*RAW DATA:*
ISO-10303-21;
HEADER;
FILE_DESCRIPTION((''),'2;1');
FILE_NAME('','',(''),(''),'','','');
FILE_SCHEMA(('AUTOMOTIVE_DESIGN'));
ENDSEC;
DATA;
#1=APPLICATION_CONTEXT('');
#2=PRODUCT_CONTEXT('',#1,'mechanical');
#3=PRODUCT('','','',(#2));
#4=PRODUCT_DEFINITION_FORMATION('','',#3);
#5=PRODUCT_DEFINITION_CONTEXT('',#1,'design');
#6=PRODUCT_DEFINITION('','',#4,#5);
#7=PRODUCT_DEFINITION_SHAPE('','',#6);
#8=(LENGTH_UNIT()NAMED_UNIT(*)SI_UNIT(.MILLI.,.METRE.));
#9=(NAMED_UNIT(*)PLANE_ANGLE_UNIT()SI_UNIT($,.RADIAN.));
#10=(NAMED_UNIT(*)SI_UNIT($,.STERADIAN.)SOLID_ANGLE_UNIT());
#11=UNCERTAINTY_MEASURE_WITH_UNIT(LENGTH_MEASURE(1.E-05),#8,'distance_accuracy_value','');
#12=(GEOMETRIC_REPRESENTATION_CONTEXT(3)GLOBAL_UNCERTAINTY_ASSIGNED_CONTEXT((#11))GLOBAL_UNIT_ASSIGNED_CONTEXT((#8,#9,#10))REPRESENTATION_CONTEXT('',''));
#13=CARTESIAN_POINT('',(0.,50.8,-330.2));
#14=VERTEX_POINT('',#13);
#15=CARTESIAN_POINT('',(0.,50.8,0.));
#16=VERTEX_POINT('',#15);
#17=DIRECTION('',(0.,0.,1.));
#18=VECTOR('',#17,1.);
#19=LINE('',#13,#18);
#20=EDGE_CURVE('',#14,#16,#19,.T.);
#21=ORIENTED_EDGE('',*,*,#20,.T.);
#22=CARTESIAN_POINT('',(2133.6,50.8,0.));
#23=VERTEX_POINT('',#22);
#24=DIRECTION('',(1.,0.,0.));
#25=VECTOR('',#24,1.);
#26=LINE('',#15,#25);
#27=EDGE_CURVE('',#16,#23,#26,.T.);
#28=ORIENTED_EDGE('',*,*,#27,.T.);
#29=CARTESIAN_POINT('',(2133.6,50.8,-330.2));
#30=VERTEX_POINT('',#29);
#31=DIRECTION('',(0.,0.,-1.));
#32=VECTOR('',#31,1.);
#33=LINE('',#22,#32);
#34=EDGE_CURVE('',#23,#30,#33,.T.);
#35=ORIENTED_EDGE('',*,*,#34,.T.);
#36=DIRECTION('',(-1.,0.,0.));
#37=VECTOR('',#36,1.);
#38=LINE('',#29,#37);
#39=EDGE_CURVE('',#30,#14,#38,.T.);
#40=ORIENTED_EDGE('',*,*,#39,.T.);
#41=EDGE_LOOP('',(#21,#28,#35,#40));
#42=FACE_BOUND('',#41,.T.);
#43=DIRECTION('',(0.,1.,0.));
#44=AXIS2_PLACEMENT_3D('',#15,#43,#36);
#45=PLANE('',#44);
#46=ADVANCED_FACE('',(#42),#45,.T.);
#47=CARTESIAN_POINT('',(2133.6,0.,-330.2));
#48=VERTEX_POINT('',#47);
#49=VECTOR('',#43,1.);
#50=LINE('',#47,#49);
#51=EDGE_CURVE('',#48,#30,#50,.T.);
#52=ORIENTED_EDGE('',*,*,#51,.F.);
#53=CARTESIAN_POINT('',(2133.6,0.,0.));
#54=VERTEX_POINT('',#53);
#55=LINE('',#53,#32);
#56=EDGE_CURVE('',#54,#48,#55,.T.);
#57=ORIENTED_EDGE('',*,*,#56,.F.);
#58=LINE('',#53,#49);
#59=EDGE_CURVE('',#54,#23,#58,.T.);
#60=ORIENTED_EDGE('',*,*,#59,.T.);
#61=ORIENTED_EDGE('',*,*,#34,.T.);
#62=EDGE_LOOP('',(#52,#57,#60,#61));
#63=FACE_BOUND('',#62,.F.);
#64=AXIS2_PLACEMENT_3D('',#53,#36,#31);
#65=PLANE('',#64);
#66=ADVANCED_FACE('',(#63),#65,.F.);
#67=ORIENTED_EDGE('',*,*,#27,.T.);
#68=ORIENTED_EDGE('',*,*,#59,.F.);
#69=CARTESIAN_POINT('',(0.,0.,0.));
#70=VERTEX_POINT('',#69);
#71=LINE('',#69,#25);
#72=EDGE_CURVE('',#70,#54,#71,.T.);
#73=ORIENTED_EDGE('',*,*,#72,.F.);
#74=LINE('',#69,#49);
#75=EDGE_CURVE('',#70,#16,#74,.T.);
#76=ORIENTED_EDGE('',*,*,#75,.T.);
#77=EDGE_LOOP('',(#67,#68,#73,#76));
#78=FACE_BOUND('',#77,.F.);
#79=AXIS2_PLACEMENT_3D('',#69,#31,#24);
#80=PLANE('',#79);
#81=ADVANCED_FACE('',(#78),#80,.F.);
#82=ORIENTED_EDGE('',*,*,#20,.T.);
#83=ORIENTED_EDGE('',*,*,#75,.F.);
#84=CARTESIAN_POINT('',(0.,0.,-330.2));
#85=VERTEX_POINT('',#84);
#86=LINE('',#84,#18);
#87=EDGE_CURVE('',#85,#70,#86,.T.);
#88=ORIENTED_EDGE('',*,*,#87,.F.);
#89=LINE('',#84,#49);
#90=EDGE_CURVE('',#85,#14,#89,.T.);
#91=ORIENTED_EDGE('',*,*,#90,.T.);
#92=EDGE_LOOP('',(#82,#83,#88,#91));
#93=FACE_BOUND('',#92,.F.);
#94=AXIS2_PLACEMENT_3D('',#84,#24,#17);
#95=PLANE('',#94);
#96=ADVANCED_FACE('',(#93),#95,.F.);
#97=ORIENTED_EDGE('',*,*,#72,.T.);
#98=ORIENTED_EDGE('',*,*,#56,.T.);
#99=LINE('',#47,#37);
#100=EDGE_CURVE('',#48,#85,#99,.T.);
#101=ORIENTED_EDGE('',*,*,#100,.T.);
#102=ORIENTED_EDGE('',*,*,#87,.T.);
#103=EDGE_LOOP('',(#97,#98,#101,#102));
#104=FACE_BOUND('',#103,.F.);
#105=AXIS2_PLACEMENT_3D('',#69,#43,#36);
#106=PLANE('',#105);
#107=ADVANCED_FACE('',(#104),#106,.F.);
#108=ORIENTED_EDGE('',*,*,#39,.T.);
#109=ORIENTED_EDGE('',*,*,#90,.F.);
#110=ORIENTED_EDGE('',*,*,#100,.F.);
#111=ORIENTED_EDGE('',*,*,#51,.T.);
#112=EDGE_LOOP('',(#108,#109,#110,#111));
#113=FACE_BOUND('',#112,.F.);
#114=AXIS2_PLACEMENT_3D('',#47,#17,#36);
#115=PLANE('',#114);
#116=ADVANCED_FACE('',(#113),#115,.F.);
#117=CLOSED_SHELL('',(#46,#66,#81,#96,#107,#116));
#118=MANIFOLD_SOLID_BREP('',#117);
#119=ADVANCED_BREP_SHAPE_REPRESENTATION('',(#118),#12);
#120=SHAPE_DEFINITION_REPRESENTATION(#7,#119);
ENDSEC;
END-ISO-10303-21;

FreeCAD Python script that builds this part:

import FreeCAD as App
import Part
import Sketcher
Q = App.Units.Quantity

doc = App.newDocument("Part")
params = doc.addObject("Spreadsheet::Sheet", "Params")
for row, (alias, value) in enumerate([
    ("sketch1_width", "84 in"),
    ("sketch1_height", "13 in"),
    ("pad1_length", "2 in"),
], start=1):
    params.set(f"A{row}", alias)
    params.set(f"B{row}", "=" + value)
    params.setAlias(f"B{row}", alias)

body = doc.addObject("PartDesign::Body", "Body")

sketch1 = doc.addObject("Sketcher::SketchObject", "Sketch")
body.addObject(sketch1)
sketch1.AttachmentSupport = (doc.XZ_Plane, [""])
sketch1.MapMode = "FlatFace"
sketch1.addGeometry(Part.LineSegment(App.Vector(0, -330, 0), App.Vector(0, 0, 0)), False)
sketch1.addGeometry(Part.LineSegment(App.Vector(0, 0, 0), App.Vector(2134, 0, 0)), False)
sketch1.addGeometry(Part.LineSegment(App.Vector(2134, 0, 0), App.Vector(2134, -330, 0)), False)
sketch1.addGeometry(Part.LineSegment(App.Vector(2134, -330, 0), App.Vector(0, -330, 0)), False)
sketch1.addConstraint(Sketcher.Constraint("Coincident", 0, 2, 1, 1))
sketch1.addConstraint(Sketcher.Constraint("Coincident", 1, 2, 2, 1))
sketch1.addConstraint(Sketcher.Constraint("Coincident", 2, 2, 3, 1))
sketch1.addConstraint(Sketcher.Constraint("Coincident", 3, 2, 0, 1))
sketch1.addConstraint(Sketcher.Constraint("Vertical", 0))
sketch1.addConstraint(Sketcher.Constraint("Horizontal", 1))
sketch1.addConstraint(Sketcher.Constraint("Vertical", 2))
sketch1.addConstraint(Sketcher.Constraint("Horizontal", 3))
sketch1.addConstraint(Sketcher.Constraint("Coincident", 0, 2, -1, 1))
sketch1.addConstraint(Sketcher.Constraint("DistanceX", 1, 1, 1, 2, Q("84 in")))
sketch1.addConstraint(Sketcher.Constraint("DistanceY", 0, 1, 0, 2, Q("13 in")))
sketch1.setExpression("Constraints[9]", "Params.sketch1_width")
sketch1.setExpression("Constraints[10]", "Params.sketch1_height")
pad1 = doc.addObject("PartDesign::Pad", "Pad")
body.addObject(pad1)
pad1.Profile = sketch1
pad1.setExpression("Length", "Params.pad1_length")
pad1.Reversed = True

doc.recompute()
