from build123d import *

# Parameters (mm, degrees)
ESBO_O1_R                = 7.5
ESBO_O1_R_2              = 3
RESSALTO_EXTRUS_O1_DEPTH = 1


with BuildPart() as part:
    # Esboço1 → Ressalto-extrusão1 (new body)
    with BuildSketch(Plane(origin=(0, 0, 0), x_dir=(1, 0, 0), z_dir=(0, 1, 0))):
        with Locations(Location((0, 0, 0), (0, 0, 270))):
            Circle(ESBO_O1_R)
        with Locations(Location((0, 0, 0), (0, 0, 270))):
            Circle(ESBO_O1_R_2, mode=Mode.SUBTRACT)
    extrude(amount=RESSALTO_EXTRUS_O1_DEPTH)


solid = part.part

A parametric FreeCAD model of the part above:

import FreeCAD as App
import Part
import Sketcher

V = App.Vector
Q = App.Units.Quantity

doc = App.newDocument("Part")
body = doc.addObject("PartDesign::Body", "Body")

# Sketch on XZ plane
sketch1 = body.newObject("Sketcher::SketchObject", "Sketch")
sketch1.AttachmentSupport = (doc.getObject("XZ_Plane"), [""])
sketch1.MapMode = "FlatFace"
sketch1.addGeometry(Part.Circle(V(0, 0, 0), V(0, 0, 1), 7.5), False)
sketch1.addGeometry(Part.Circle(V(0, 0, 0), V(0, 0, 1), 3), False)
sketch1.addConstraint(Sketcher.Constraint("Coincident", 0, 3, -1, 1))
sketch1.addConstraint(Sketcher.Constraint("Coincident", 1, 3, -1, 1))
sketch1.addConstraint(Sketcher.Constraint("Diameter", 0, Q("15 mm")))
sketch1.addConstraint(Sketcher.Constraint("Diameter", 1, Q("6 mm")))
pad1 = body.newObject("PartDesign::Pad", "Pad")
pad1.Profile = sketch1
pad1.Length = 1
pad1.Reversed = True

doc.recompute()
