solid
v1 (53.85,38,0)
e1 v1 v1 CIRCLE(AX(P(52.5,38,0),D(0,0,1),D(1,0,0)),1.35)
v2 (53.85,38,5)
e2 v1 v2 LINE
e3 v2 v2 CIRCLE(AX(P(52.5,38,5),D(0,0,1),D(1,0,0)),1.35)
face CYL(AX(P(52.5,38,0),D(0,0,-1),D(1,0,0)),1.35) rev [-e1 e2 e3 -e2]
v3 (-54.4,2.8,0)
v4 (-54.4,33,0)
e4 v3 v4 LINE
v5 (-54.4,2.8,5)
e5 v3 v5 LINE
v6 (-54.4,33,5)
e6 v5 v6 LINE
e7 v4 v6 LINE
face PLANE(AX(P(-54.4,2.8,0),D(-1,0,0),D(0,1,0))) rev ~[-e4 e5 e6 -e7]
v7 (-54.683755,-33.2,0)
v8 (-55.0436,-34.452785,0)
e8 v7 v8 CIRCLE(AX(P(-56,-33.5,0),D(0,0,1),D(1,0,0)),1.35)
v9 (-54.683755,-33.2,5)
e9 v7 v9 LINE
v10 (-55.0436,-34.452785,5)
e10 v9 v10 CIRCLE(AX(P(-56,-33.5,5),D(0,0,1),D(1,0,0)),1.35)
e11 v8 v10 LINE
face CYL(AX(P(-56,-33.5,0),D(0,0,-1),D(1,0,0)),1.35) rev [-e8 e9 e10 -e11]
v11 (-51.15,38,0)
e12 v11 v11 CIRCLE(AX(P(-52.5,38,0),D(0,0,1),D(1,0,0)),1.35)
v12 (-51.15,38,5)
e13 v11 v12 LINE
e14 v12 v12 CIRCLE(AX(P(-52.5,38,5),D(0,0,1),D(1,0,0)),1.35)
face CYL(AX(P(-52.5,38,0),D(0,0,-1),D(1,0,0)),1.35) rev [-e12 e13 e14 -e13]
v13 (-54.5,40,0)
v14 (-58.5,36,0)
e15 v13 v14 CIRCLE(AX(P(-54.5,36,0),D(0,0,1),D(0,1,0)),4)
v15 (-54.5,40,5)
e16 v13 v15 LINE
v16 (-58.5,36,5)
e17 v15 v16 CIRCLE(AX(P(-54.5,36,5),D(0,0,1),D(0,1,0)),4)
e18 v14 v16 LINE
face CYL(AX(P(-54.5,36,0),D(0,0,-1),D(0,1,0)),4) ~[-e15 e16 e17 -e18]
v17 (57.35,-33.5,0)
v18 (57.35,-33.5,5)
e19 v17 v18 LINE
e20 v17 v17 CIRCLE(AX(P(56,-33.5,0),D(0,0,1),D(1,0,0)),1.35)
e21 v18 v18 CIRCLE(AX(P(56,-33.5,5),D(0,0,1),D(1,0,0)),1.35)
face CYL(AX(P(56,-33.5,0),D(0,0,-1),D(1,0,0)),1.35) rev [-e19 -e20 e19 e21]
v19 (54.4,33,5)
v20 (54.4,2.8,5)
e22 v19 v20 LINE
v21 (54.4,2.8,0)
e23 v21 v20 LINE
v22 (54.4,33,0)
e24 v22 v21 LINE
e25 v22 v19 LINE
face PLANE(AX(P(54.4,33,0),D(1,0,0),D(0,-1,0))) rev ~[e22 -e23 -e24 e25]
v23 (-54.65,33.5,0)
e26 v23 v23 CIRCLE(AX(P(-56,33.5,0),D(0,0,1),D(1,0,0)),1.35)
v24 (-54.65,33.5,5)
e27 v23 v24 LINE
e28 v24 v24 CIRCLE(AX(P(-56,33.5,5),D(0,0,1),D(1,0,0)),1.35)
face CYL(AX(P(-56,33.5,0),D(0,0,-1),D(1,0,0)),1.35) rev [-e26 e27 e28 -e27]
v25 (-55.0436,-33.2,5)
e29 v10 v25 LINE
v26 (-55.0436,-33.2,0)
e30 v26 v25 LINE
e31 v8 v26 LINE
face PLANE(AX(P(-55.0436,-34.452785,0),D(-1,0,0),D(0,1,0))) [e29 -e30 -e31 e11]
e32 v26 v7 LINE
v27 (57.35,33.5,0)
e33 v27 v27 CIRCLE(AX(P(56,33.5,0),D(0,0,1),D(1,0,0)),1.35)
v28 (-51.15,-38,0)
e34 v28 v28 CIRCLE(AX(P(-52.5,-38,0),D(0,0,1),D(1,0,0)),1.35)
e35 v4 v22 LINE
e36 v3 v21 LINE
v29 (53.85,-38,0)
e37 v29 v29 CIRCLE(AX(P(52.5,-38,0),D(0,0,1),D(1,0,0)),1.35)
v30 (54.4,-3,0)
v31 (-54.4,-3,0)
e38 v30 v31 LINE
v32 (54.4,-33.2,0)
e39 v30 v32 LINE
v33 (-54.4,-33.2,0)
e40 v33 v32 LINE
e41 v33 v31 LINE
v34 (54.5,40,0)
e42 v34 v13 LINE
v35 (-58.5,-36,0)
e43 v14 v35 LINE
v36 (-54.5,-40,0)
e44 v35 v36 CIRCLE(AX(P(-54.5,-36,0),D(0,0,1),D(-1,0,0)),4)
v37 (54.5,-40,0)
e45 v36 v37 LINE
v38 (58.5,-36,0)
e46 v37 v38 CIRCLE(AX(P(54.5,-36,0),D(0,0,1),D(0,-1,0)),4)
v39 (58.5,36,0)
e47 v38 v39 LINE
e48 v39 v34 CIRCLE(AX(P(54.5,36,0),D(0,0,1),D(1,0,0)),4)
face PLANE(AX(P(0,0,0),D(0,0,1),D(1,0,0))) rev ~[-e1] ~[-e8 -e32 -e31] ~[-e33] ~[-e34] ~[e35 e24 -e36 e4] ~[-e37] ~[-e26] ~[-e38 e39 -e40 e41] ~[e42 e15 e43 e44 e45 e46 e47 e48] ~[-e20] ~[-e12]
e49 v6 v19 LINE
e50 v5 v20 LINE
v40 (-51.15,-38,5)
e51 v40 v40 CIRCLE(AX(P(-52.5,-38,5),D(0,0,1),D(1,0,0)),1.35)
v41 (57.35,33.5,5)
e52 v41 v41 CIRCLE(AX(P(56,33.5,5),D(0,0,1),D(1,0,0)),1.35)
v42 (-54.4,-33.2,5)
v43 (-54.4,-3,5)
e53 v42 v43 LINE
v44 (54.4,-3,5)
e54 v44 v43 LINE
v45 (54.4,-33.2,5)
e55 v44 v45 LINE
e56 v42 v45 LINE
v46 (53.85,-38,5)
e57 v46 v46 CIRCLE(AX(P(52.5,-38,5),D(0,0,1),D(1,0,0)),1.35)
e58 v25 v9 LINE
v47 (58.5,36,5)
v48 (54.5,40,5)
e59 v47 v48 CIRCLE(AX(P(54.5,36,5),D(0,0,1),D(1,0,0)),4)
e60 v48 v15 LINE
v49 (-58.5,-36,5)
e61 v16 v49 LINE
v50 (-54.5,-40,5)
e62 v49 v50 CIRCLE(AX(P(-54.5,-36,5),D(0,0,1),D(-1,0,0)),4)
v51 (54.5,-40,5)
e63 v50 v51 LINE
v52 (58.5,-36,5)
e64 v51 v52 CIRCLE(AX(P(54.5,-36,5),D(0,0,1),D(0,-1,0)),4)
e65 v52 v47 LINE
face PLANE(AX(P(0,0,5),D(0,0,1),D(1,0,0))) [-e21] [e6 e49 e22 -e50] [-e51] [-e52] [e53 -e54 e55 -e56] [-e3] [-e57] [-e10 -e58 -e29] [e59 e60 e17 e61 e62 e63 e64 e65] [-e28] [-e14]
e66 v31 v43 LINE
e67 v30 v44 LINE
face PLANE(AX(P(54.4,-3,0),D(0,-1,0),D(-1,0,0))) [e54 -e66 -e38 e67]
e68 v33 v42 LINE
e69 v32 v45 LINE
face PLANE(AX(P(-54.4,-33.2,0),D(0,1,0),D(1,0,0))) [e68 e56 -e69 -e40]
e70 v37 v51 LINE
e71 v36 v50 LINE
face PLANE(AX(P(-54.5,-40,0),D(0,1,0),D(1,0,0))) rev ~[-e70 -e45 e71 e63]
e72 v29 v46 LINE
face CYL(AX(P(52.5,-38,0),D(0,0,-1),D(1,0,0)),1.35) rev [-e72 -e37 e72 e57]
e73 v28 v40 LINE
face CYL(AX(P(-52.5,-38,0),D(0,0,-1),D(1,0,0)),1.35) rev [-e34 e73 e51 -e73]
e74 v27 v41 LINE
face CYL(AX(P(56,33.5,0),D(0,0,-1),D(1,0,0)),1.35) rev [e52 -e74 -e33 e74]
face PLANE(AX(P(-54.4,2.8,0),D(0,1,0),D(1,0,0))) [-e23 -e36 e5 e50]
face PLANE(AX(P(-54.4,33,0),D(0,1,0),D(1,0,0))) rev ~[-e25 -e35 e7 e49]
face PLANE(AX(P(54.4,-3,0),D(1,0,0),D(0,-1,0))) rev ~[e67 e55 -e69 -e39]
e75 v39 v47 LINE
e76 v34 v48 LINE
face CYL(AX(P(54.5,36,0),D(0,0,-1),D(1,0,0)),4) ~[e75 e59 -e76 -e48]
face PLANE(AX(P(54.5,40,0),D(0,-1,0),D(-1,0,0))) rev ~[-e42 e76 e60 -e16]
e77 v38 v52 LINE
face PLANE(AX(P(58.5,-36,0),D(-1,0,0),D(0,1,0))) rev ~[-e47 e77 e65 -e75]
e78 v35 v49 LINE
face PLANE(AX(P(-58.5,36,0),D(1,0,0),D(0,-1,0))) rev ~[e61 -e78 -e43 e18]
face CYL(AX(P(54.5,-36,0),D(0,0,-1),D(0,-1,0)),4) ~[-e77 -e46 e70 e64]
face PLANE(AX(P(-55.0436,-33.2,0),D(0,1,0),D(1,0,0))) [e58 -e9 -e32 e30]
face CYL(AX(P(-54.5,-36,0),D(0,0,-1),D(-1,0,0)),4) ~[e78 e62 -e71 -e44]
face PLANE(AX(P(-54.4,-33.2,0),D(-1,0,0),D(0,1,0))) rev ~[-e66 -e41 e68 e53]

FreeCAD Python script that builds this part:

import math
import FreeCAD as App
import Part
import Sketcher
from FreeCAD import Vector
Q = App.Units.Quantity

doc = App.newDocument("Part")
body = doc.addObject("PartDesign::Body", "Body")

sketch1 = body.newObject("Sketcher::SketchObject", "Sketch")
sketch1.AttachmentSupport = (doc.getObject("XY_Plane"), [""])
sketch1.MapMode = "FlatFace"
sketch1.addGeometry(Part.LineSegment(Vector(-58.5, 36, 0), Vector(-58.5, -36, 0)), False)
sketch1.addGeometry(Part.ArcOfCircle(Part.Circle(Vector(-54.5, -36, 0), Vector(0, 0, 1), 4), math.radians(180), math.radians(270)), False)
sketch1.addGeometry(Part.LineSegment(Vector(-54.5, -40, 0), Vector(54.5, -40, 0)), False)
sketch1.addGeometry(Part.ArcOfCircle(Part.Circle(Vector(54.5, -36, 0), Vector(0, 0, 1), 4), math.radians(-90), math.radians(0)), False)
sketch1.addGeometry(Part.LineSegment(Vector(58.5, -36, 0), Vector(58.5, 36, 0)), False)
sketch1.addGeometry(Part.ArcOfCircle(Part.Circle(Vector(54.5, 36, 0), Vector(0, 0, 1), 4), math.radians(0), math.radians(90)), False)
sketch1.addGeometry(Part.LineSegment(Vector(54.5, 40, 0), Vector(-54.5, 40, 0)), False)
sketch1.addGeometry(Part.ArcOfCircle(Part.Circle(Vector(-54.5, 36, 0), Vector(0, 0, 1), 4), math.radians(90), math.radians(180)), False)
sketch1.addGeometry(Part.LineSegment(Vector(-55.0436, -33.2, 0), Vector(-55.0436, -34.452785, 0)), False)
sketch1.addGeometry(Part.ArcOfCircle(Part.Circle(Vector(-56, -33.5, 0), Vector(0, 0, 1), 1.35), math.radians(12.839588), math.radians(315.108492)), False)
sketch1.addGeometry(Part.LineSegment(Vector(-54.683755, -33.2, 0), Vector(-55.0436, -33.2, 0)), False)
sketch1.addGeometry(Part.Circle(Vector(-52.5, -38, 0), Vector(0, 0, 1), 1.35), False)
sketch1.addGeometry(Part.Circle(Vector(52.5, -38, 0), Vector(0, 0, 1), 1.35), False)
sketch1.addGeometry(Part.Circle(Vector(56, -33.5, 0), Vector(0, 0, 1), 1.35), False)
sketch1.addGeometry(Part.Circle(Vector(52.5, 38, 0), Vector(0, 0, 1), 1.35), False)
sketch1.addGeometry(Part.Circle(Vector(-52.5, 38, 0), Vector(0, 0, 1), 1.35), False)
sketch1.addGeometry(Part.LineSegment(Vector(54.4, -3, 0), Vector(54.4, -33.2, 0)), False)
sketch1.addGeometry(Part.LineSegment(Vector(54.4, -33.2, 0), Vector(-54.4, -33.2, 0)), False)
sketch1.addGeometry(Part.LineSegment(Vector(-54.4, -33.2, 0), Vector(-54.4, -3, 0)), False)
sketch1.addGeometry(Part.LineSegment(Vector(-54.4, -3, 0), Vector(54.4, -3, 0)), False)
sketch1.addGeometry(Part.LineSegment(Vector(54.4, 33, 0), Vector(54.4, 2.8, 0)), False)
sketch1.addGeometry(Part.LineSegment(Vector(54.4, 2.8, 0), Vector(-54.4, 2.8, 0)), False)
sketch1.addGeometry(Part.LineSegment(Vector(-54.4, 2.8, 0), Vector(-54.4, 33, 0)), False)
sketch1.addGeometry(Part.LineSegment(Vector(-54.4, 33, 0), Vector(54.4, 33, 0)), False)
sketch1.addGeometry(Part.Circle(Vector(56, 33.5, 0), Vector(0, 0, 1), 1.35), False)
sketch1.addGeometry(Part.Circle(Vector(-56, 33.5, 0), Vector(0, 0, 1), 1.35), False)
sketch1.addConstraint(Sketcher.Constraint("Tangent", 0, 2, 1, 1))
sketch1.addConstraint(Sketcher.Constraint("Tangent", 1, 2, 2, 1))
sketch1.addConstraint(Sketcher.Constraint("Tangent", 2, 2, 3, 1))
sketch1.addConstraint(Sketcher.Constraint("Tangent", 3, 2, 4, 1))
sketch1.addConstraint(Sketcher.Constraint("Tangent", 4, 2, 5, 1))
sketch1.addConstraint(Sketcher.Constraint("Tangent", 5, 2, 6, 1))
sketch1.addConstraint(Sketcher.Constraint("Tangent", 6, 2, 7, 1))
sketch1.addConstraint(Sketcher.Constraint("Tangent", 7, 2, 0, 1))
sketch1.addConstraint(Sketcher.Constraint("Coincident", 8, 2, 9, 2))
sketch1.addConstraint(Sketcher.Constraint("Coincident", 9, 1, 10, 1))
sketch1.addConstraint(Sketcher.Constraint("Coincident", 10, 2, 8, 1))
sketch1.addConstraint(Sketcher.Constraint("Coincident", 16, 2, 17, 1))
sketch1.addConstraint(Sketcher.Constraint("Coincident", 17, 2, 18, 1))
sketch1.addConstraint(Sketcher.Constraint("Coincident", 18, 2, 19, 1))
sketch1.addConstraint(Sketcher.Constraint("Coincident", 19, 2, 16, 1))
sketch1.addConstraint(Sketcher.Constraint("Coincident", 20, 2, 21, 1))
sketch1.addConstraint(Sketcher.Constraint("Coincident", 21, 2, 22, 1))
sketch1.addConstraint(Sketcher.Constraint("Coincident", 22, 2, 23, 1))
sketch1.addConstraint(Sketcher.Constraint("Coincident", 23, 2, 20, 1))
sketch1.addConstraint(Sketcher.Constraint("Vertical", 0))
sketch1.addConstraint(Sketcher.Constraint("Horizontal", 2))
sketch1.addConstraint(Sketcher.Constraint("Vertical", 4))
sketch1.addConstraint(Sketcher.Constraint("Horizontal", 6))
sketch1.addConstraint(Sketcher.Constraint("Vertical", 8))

*EXERCISE:* Copy the lines above exactly, beginning at the line that has "v25 (-55.0436,-33.2,5)" and stopping after the line that has "e39 v30 v32 LINE", and omit the rest.

*RESULT:*
v25 (-55.0436,-33.2,5)
e29 v10 v25 LINE
v26 (-55.0436,-33.2,0)
e30 v26 v25 LINE
e31 v8 v26 LINE
face PLANE(AX(P(-55.0436,-34.452785,0),D(-1,0,0),D(0,1,0))) [e29 -e30 -e31 e11]
e32 v26 v7 LINE
v27 (57.35,33.5,0)
e33 v27 v27 CIRCLE(AX(P(56,33.5,0),D(0,0,1),D(1,0,0)),1.35)
v28 (-51.15,-38,0)
e34 v28 v28 CIRCLE(AX(P(-52.5,-38,0),D(0,0,1),D(1,0,0)),1.35)
e35 v4 v22 LINE
e36 v3 v21 LINE
v29 (53.85,-38,0)
e37 v29 v29 CIRCLE(AX(P(52.5,-38,0),D(0,0,1),D(1,0,0)),1.35)
v30 (54.4,-3,0)
v31 (-54.4,-3,0)
e38 v30 v31 LINE
v32 (54.4,-33.2,0)
e39 v30 v32 LINE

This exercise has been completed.